▶ **What to work on**
Repeat exactly the lines from the start of the entries below through the line containing "f 195 52 196". Omit the rest.

==== Supplied entries

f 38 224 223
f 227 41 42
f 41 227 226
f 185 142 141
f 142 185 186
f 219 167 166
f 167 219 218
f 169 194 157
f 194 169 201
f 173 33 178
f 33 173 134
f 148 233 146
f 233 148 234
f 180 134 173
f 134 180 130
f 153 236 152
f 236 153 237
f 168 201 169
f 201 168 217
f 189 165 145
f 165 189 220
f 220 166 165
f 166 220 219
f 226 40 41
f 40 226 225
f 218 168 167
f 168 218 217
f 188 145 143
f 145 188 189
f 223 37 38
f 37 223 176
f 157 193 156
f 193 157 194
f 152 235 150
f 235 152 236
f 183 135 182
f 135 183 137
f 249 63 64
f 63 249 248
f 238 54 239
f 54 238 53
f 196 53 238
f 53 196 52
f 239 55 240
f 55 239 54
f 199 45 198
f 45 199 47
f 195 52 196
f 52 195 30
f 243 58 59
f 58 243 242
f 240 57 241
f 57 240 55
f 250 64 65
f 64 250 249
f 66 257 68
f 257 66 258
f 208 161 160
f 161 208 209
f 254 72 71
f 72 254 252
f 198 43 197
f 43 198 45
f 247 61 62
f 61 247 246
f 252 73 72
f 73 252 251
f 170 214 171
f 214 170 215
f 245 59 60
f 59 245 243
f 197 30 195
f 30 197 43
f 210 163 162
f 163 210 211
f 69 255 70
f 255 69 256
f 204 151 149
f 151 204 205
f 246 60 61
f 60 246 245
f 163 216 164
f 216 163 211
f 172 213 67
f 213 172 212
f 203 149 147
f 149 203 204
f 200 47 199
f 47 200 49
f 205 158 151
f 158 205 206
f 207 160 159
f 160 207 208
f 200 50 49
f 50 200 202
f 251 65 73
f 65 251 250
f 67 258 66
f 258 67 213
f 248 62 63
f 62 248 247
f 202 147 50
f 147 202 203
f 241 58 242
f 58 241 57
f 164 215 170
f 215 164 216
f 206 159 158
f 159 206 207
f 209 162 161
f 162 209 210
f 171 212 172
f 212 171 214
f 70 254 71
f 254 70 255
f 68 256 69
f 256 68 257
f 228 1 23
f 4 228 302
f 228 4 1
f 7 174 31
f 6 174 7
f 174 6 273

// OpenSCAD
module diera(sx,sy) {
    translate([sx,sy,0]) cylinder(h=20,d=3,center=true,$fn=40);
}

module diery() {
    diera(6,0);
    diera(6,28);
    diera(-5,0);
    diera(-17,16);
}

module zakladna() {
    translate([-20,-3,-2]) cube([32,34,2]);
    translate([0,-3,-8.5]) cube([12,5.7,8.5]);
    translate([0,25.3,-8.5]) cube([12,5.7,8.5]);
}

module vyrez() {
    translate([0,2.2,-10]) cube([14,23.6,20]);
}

========

▶ **Written answer**
f 38 224 223
f 227 41 42
f 41 227 226
f 185 142 141
f 142 185 186
f 219 167 166
f 167 219 218
f 169 194 157
f 194 169 201
f 173 33 178
f 33 173 134
f 148 233 146
f 233 148 234
f 180 134 173
f 134 180 130
f 153 236 152
f 236 153 237
f 168 201 169
f 201 168 217
f 189 165 145
f 165 189 220
f 220 166 165
f 166 220 219
f 226 40 41
f 40 226 225
f 218 168 167
f 168 218 217
f 188 145 143
f 145 188 189
f 223 37 38
f 37 223 176
f 157 193 156
f 193 157 194
f 152 235 150
f 235 152 236
f 183 135 182
f 135 183 137
f 249 63 64
f 63 249 248
f 238 54 239
f 54 238 53
f 196 53 238
f 53 196 52
f 239 55 240
f 55 239 54
f 199 45 198
f 45 199 47
f 195 52 196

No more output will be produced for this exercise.